• [Directions] Please copy out the entries until you have copied the line that contains "11.3750040398), (7.255631941, 15.9250056558))", beginning with the first line.

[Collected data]

»»

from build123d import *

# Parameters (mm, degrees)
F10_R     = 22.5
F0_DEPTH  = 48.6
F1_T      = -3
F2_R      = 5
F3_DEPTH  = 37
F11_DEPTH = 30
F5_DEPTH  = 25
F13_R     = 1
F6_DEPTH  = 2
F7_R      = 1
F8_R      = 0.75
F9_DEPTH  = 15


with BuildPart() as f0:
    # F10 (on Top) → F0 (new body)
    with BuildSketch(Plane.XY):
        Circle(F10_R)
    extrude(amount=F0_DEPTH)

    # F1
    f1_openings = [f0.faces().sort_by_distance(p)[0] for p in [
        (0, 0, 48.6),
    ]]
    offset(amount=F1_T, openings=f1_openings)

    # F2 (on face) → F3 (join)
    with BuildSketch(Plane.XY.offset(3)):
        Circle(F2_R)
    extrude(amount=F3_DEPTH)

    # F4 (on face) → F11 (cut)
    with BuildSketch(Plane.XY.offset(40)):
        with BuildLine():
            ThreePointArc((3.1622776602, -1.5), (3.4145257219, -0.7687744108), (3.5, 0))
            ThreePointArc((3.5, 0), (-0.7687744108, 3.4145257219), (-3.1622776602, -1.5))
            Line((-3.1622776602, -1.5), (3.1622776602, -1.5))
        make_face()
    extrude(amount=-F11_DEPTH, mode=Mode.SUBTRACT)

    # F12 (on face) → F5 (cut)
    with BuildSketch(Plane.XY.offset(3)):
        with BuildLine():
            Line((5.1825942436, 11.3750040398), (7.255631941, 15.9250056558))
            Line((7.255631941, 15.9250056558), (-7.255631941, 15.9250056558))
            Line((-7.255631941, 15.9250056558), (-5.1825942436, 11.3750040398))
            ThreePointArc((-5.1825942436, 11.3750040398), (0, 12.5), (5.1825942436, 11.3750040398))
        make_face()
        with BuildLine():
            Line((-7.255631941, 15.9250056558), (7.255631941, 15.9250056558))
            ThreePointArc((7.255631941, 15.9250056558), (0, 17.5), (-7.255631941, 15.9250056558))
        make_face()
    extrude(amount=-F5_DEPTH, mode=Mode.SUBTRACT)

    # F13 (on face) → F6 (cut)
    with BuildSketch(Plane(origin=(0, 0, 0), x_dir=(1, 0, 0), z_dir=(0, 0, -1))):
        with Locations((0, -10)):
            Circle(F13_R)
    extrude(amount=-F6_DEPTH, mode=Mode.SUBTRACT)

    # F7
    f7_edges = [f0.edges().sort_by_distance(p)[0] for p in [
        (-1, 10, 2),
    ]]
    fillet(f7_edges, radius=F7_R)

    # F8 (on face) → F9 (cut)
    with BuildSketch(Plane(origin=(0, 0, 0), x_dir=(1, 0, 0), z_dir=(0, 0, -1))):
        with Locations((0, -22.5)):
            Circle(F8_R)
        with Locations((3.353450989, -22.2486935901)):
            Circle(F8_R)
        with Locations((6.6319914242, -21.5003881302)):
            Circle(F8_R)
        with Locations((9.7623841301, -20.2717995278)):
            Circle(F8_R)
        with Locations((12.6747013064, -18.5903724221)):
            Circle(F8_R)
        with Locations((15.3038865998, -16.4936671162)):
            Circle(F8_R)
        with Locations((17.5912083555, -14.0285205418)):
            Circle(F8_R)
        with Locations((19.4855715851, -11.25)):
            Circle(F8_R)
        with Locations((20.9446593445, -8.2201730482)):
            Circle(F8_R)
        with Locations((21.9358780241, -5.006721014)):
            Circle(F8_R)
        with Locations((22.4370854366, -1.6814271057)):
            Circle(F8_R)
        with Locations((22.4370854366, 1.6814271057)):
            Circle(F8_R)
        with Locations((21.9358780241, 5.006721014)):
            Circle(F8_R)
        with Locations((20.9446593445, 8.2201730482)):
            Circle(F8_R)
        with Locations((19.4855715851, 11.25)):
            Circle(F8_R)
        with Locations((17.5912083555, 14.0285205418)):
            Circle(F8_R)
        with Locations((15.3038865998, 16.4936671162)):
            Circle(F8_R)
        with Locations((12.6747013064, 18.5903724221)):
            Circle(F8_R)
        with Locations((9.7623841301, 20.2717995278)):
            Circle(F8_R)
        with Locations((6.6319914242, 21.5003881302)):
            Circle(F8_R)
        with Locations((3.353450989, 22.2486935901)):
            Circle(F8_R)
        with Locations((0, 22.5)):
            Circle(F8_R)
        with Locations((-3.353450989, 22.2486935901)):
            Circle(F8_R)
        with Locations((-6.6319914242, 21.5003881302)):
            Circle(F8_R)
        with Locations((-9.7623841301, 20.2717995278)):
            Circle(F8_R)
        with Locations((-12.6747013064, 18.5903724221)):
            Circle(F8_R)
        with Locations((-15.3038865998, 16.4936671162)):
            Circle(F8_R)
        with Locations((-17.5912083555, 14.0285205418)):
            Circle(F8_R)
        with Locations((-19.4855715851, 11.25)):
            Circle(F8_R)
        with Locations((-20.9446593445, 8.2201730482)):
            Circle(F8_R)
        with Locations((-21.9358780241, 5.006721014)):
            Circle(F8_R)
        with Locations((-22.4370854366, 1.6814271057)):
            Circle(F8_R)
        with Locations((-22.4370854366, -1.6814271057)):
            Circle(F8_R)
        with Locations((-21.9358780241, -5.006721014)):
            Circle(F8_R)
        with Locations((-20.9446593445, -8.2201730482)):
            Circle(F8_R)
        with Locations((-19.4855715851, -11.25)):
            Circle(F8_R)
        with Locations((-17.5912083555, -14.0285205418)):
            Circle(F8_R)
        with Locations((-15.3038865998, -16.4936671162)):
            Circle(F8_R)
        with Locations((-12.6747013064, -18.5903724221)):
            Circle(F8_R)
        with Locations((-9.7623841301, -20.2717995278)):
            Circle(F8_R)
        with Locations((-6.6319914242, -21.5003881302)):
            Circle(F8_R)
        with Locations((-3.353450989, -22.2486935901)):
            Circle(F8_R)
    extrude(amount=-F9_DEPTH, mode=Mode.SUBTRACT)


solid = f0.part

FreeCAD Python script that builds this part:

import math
import FreeCAD as App
import Part
import Sketcher
from FreeCAD import Vector
Q = App.Units.Quantity


def edges_at(feature, points):
    """Names of the edges that pass closest to the given points."""
    edges = feature.Shape.Edges
    near = lambda p: min(range(len(edges)), key=lambda i: edges[i].distToShape(Part.Vertex(*p))[0])
    return sorted({f"Edge{near(p) + 1}" for p in points})


def faces_at(feature, points):
    """Names of the faces that lie closest to the given points."""
    faces = feature.Shape.Faces
    near = lambda p: min(range(len(faces)), key=lambda i: faces[i].distToShape(Part.Vertex(*p))[0])
    return sorted({f"Face{near(p) + 1}" for p in points})

doc = App.newDocument("Part")
body = doc.addObject("PartDesign::Body", "Body")

sketch1 = body.newObject("Sketcher::SketchObject", "Sketch")
sketch1.AttachmentSupport = (doc.getObject("XY_Plane"), [""])
sketch1.MapMode = "FlatFace"
sketch1.addGeometry(Part.Circle(Vector(0, 0, 0), Vector(0, 0, 1), 22.5), False)
sketch1.addConstraint(Sketcher.Constraint("Coincident", 0, 3, -1, 1))
sketch1.addConstraint(Sketcher.Constraint("Diameter", 0, Q("45 mm")))
pad1 = body.newObject("PartDesign::Pad", "Pad")
pad1.Profile = sketch1
pad1.Length = 48.6
doc.recompute()

thickness = body.newObject("PartDesign::Thickness", "Thickness")
thickness.Base = (pad1, faces_at(pad1, [(0, 0, 48.6)]))
thickness.Value = 3
thickness.Reversed = True
thickness.Join = "Arc"

sketch2 = body.newObject("Sketcher::SketchObject", "Sketch001")
sketch2.AttachmentSupport = (doc.getObject("XY_Plane"), [""])
sketch2.MapMode = "FlatFace"
sketch2.AttachmentOffset = App.Placement(Vector(0, 0, 3), App.Rotation())
sketch2.addGeometry(Part.Circle(Vector(0, 0, 0), Vector(0, 0, 1), 5), False)
sketch2.addConstraint(Sketcher.Constraint("Coincident", 0, 3, -1, 1))
sketch2.addConstraint(Sketcher.Constraint("Diameter", 0, Q("10 mm")))
pad2 = body.newObject("PartDesign::Pad", "Pad001")
pad2.Profile = sketch2
pad2.Length = 37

««

• [Your response]
from build123d import *

# Parameters (mm, degrees)
F10_R     = 22.5
F0_DEPTH  = 48.6
F1_T      = -3
F2_R      = 5
F3_DEPTH  = 37
F11_DEPTH = 30
F5_DEPTH  = 25
F13_R     = 1
F6_DEPTH  = 2
F7_R      = 1
F8_R      = 0.75
F9_DEPTH  = 15


with BuildPart() as f0:
    # F10 (on Top) → F0 (new body)
    with BuildSketch(Plane.XY):
        Circle(F10_R)
    extrude(amount=F0_DEPTH)

    # F1
    f1_openings = [f0.faces().sort_by_distance(p)[0] for p in [
        (0, 0, 48.6),
    ]]
    offset(amount=F1_T, openings=f1_openings)

    # F2 (on face) → F3 (join)
    with BuildSketch(Plane.XY.offset(3)):
        Circle(F2_R)
    extrude(amount=F3_DEPTH)

    # F4 (on face) → F11 (cut)
    with BuildSketch(Plane.XY.offset(40)):
        with BuildLine():
            ThreePointArc((3.1622776602, -1.5), (3.4145257219, -0.7687744108), (3.5, 0))
            ThreePointArc((3.5, 0), (-0.7687744108, 3.4145257219), (-3.1622776602, -1.5))
            Line((-3.1622776602, -1.5), (3.1622776602, -1.5))
        make_face()
    extrude(amount=-F11_DEPTH, mode=Mode.SUBTRACT)

    # F12 (on face) → F5 (cut)
    with BuildSketch(Plane.XY.offset(3)):
        with BuildLine():
            Line((5.1825942436, 11.3750040398), (7.255631941, 15.9250056558))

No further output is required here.